Member Blog–I Survived Leukemia Because of a Clinical Trial. Will Future Patients Be So Lucky?

By CAC2 Individual Member Robert Dilley writing about why sustained research funding is essential to progress.

This essay first appeared on April 15 in MedPage Today.

I don’t usually talk about my cancer diagnosis. But as a physician-scientist who survived leukemia at 18 years old and now cares for people facing their own cancer diagnoses, I feel compelled to share my story — because it speaks directly to what’s at stake in medicine today.

The clinical trial that saved my life wouldn’t have existed without robust investment in biomedical research. And as debates over federal research funding continue, I think about whether future patients will have access to the same life-saving opportunities I did.

It was the summer of 2007. I had just graduated from high school and was getting ready to start college when I began experiencing vague flu-like symptoms — low-grade fevers, fatigue, nothing too alarming. My doctor ordered routine bloodwork, mostly out of caution. That same evening, I was admitted to the Children’s Hospital of Philadelphia. The diagnosis: acute myeloid leukemia (AML), a rare and aggressive blood cancer that affects approximately eight in a million children in the U.S. each year.

I was terrified. But I was also incredibly lucky.

Because I was treated at a major academic center, I had access to a clinical trial testing an experimental therapy — gemtuzumab ozogamicin, an antibody-drug conjugate (ADC), given in combination with standard chemotherapy for pediatric AML. The trial was led by the Children’s Oncology Group and funded by the National Cancer Institute through its National Clinical Trials Network.
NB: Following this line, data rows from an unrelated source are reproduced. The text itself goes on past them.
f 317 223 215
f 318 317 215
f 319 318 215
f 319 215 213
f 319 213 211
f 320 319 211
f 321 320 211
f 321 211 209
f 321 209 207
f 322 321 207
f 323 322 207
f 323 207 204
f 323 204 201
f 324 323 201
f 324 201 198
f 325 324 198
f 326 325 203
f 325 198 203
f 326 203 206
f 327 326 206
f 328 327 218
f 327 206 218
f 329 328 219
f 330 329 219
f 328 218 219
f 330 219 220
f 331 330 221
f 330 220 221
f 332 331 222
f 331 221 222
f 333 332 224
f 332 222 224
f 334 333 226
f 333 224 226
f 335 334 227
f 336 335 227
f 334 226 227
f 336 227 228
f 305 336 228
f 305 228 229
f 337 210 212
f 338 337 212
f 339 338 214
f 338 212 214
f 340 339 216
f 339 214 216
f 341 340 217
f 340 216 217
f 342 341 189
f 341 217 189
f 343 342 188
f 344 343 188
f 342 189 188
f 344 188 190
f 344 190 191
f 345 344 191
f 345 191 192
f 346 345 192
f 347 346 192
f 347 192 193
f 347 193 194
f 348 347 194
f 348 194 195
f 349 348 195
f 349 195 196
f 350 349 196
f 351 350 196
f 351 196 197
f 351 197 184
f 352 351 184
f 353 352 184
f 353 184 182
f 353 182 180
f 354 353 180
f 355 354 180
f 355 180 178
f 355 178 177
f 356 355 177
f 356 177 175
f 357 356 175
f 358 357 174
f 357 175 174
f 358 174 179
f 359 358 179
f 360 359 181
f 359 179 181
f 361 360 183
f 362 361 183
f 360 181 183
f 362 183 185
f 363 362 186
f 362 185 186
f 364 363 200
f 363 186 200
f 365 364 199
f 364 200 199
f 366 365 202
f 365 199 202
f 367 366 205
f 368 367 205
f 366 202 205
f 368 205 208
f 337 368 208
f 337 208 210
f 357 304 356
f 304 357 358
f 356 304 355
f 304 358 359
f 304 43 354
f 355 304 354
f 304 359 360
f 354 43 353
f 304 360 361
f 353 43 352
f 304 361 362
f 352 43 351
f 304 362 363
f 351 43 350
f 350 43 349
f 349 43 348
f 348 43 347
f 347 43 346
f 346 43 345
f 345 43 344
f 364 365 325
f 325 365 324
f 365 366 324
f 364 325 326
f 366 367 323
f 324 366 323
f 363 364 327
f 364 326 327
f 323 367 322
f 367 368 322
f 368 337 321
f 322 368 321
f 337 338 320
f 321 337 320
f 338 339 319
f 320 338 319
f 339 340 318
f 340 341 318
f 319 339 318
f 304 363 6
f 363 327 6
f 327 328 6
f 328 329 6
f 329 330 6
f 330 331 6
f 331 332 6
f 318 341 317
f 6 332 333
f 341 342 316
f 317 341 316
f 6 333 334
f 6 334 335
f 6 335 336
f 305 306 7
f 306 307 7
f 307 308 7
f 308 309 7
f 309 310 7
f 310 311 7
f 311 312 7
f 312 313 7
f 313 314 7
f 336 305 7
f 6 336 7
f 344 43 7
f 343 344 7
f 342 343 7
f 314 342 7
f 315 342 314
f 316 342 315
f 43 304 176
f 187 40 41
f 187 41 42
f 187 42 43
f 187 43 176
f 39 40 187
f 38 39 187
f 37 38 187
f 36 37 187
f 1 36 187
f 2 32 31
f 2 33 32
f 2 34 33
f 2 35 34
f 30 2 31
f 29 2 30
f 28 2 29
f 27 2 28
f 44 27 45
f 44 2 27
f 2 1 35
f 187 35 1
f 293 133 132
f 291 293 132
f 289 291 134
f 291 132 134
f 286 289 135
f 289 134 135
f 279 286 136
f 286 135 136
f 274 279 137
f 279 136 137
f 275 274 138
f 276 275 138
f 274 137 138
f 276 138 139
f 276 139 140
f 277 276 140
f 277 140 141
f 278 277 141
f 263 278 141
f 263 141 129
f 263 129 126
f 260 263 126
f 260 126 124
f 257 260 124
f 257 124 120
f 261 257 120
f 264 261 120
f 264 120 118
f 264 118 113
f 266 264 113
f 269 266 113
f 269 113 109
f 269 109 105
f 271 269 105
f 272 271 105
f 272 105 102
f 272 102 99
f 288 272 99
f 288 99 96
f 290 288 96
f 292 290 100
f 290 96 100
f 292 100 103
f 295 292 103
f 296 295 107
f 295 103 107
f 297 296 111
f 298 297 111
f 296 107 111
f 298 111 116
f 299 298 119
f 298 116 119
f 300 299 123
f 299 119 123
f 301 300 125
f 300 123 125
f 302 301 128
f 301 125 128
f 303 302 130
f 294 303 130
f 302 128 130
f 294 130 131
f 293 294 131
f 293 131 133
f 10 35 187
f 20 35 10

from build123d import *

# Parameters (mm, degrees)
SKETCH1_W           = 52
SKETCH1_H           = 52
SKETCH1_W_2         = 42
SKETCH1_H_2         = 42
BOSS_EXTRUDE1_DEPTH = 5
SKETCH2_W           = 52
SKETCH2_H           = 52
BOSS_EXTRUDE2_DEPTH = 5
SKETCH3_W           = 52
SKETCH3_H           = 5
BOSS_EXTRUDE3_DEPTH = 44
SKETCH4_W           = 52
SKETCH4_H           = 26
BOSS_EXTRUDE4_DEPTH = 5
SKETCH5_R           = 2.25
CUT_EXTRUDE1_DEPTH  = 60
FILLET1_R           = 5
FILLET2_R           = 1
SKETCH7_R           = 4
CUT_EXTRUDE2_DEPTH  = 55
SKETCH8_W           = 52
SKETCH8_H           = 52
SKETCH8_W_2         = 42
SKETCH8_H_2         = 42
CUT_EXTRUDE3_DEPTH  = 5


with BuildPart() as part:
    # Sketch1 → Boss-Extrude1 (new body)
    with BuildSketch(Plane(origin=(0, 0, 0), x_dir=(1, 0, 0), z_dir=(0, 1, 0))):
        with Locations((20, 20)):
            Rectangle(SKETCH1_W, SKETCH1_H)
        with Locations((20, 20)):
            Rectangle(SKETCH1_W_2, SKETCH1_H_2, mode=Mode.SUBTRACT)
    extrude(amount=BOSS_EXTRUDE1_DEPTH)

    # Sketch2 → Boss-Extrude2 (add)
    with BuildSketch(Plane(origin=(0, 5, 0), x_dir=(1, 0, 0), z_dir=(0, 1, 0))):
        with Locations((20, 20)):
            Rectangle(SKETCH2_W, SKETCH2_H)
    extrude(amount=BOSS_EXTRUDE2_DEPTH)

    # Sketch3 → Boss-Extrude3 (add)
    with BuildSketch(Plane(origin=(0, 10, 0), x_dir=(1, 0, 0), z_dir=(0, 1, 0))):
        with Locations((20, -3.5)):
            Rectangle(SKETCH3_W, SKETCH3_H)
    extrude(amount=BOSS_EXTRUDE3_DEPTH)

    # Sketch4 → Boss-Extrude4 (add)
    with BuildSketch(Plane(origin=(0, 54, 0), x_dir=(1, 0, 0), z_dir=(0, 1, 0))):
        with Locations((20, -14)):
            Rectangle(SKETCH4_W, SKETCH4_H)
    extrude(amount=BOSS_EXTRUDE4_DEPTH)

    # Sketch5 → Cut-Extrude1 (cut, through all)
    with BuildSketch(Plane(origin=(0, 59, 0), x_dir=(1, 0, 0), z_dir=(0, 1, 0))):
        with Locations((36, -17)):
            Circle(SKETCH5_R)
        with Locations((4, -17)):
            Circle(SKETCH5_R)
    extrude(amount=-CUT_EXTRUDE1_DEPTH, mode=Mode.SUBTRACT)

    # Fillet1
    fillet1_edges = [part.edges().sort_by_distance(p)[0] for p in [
That treatment saved my life.

I started college a year later with a new sense of purpose. I wanted to become an oncologist — to join the very system that had given me a second chance. Over the past two decades, that goal has shaped my life: medical school, a PhD in cancer biology, residency in internal medicine, and now subspecialty training in hematology and oncology.

Today, I sit across from patients facing the same fear I once did. I counsel them about treatments that exist only because of long-term investment in biomedical research. And I worry that we’re taking that system for granted.

Research doesn’t happen by accident. Clinical trials don’t appear overnight. Every treatment we use at the bedside starts with years — often decades — of basic science, drug development, trial design, and infrastructure. That system depends on funding — and right now, that funding is under threat.

When I was treated, gemtuzumab ozogamicin was the first FDA-approved ADC. Today, more than a dozen ADCs are approved for various cancers, with many more in development. That kind of progress doesn’t happen without sustained research funding.

But most people — understandably — only see the final product: the chemotherapy infusion, the pill bottle, the scan result. They don’t see the decades of science behind it.

That’s why those of us who have lived through the system — as patients, physicians, and researchers — need to speak up.

We need to remind policymakers and the public that biomedical research isn’t just a noble idea. It’s life-saving infrastructure. It’s as essential to patient care as any hospital or medication.

When I sit with a newly diagnosed patient today, I think often about what terrified the 18-year-old version of myself. I think about the clinical trial that saved me. And I wonder: Will we continue to invest in science so that the next patient has the same chance I did?

I hope so. But hope isn’t enough. It takes action, investment, and advocacy.

Biomedical research saved my life. Now it’s up to all of us — clinicians, researchers, policymakers, and patients — to make sure it can save many more.

Robert L. Dilley, MD, PhD is a clinical fellow in hematology/oncology at the Dana-Farber Cancer Institute and Mass General Brigham in Boston.